- _Data_
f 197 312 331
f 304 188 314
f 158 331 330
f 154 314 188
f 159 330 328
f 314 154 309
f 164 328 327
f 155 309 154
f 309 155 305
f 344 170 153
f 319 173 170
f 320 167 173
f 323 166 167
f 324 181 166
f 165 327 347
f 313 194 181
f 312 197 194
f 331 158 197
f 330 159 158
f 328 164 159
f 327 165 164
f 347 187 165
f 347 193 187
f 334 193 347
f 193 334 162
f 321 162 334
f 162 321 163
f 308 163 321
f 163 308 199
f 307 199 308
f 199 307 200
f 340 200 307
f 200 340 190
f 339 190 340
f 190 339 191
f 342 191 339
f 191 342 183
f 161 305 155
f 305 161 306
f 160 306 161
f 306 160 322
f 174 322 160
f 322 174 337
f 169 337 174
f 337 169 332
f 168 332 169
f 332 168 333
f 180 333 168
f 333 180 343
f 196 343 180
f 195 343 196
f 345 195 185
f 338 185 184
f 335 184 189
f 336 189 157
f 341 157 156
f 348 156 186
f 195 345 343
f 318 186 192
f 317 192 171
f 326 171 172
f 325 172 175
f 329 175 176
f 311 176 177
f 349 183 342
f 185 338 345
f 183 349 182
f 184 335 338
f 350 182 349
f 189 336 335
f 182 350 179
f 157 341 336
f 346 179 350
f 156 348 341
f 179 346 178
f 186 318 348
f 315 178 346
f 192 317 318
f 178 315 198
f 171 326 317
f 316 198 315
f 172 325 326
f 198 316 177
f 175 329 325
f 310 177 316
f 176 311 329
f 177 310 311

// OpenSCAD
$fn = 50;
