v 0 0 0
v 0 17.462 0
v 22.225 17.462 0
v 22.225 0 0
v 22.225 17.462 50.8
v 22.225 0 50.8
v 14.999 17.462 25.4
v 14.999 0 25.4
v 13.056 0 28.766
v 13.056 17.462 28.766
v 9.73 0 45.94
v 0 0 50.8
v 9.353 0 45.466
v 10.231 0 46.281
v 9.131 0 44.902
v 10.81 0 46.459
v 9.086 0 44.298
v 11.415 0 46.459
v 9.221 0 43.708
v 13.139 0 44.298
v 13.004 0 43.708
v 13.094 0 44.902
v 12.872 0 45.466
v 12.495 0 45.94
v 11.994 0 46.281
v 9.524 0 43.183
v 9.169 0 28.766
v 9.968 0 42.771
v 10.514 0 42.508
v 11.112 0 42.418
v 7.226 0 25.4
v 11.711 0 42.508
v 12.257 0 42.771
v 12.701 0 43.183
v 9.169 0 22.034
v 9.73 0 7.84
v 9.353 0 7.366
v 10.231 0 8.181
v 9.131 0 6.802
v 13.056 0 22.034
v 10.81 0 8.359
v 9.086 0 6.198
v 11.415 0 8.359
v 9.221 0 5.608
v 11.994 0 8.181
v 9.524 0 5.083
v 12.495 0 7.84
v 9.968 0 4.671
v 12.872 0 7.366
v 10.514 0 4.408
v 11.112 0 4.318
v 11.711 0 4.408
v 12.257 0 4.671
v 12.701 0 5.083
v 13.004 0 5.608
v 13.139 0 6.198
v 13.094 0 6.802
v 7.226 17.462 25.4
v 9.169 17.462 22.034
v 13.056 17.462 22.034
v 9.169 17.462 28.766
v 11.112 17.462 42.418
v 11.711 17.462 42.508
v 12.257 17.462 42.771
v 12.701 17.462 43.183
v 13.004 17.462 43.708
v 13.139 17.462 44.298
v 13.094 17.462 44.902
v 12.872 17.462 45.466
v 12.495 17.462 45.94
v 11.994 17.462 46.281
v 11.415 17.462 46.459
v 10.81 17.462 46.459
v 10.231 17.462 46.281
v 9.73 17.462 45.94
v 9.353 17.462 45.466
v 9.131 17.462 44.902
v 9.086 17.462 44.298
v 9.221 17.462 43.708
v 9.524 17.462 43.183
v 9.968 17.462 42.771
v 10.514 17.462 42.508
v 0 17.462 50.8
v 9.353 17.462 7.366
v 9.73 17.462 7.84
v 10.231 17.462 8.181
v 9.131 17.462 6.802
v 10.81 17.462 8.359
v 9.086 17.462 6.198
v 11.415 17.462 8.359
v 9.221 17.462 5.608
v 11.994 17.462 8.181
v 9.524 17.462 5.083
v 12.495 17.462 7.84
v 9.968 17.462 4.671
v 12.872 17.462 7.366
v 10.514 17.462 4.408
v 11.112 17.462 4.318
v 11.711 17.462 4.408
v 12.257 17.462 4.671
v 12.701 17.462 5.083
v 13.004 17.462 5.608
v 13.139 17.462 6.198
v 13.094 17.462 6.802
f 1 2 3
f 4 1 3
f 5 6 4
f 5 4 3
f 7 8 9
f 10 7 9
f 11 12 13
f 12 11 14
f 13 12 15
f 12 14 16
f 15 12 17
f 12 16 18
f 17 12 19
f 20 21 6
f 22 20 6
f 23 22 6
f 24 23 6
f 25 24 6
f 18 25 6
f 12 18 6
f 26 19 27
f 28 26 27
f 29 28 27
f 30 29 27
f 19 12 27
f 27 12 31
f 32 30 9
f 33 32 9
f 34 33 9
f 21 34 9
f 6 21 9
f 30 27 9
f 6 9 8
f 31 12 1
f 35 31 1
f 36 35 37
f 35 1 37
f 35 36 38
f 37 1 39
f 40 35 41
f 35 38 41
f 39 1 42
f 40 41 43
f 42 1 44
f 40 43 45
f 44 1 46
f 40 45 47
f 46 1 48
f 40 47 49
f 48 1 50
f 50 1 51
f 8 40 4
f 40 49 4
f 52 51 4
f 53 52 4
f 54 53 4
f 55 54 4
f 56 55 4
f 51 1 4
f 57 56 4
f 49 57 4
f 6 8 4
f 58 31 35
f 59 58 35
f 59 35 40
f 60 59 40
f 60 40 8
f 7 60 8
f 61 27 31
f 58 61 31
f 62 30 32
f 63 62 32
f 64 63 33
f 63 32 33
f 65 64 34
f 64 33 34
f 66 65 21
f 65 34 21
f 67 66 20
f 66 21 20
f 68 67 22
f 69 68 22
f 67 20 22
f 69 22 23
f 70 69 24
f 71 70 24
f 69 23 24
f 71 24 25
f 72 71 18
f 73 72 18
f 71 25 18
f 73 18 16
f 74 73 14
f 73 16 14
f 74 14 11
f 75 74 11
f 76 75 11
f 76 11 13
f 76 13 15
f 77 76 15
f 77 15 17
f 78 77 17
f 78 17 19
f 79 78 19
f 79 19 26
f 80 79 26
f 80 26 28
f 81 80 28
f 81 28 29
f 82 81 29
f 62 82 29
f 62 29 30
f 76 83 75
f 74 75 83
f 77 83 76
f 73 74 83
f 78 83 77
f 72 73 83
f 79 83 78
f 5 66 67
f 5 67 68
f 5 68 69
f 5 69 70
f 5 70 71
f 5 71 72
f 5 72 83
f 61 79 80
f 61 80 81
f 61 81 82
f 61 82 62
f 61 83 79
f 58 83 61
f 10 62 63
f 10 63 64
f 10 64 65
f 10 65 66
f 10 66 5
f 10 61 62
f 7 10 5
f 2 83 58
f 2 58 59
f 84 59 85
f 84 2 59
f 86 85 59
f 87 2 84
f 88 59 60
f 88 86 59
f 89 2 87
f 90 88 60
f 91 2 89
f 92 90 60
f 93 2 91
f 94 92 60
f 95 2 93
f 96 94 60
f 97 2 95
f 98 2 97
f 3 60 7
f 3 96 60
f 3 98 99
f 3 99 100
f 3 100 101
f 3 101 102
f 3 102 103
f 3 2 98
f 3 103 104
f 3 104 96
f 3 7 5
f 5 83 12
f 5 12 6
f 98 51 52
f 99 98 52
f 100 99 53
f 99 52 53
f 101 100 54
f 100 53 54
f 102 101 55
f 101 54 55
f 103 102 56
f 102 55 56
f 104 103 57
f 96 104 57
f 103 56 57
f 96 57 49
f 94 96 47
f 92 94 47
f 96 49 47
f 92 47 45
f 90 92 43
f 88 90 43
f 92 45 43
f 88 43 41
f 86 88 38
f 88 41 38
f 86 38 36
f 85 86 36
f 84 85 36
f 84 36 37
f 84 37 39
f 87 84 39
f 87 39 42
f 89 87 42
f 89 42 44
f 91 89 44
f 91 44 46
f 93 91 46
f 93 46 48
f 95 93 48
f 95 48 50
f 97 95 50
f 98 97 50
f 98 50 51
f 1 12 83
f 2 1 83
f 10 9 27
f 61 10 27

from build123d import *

# Parameters (mm, degrees)
SKETCH1_W           = 22.225
SKETCH1_H           = 17.4625
BOSS_EXTRUDE1_DEPTH = 50.8
CUT_EXTRUDE1_REACH  = 60.134
SKETCH2_R           = 2.032


with BuildPart() as part:
    # Sketch1 → Boss-Extrude1 (new body)
    with BuildSketch(Plane.XY):
        with Locations((11.1125, 8.73125)):
            Rectangle(SKETCH1_W, SKETCH1_H)
    extrude(amount=BOSS_EXTRUDE1_DEPTH)

    # Sketch2 → Cut-Extrude1 (cut, up to next)
    with BuildSketch(Plane.XZ, mode=Mode.PRIVATE) as cut_extrude1_sk1:
        with Locations(Location((11.1125, 44.45, 0), (0, 0, 270))):
            Circle(SKETCH2_R)
    cut_extrude1_tool1 = extrude(cut_extrude1_sk1.sketch, amount=-CUT_EXTRUDE1_REACH, mode=Mode.PRIVATE) & part.part
    # Sketch2 → Cut-Extrude1 (cut, up to next)
    with BuildSketch(Plane.XZ, mode=Mode.PRIVATE) as cut_extrude1_sk2:
        with Locations(Location((11.1125, 6.35, 0), (0, 0, 270))):
            Circle(SKETCH2_R)
    cut_extrude1_tool2 = extrude(cut_extrude1_sk2.sketch, amount=-CUT_EXTRUDE1_REACH, mode=Mode.PRIVATE) & part.part
    # Sketch2 → Cut-Extrude1 (cut, up to next)
    with BuildSketch(Plane.XZ, mode=Mode.PRIVATE) as cut_extrude1_sk3:
        Polygon((14.998644662, 25.4), (13.055572331, 28.7655), (9.169427669, 28.7655), (7.226355338, 25.4), (9.169427669, 22.0345), (13.055572331, 22.0345), align=None)
    cut_extrude1_tool3 = extrude(cut_extrude1_sk3.sketch, amount=-CUT_EXTRUDE1_REACH, mode=Mode.PRIVATE) & part.part
    add(cut_extrude1_tool1.solids().sort_by_distance((11.1125, 0, 44.45))[0], mode=Mode.SUBTRACT)
    add(cut_extrude1_tool2.solids().sort_by_distance((11.1125, 0, 6.35))[0], mode=Mode.SUBTRACT)
    add(cut_extrude1_tool3.solids().sort_by_distance((11.1125, 0, 25.4))[0], mode=Mode.SUBTRACT)


solid = part.part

- _Problem_
What is wanted is every line from the first line of the entries through the line that contains "v 9.169 0 22.034", given again exactly.

- _Answer space_
f 197 312 331
f 304 188 314
f 158 331 330
f 154 314 188
f 159 330 328
f 314 154 309
f 164 328 327
f 155 309 154
f 309 155 305
f 344 170 153
f 319 173 170
f 320 167 173
f 323 166 167
f 324 181 166
f 165 327 347
f 313 194 181
f 312 197 194
f 331 158 197
f 330 159 158
f 328 164 159
f 327 165 164
f 347 187 165
f 347 193 187
f 334 193 347
f 193 334 162
f 321 162 334
f 162 321 163
f 308 163 321
f 163 308 199
f 307 199 308
f 199 307 200
f 340 200 307
f 200 340 190
f 339 190 340
f 190 339 191
f 342 191 339
f 191 342 183
f 161 305 155
f 305 161 306
f 160 306 161
f 306 160 322
f 174 322 160
f 322 174 337
f 169 337 174
f 337 169 332
f 168 332 169
f 332 168 333
f 180 333 168
f 333 180 343
f 196 343 180
f 195 343 196
f 345 195 185
f 338 185 184
f 335 184 189
f 336 189 157
f 341 157 156
f 348 156 186
f 195 345 343
f 318 186 192
f 317 192 171
f 326 171 172
f 325 172 175
f 329 175 176
f 311 176 177
f 349 183 342
f 185 338 345
f 183 349 182
f 184 335 338
f 350 182 349
f 189 336 335
f 182 350 179
f 157 341 336
f 346 179 350
f 156 348 341
f 179 346 178
f 186 318 348
f 315 178 346
f 192 317 318
f 178 315 198
f 171 326 317
f 316 198 315
f 172 325 326
f 198 316 177
f 175 329 325
f 310 177 316
f 176 311 329
f 177 310 311

// OpenSCAD
$fn = 50;
v 0 0 0
v 0 17.462 0
v 22.225 17.462 0
v 22.225 0 0
v 22.225 17.462 50.8
v 22.225 0 50.8
v 14.999 17.462 25.4
v 14.999 0 25.4
v 13.056 0 28.766
v 13.056 17.462 28.766
v 9.73 0 45.94
v 0 0 50.8
v 9.353 0 45.466
v 10.231 0 46.281
v 9.131 0 44.902
v 10.81 0 46.459
v 9.086 0 44.298
v 11.415 0 46.459
v 9.221 0 43.708
v 13.139 0 44.298
v 13.004 0 43.708
v 13.094 0 44.902
v 12.872 0 45.466
v 12.495 0 45.94
v 11.994 0 46.281
v 9.524 0 43.183
v 9.169 0 28.766
v 9.968 0 42.771
v 10.514 0 42.508
v 11.112 0 42.418
v 7.226 0 25.4
v 11.711 0 42.508
v 12.257 0 42.771
v 12.701 0 43.183
v 9.169 0 22.034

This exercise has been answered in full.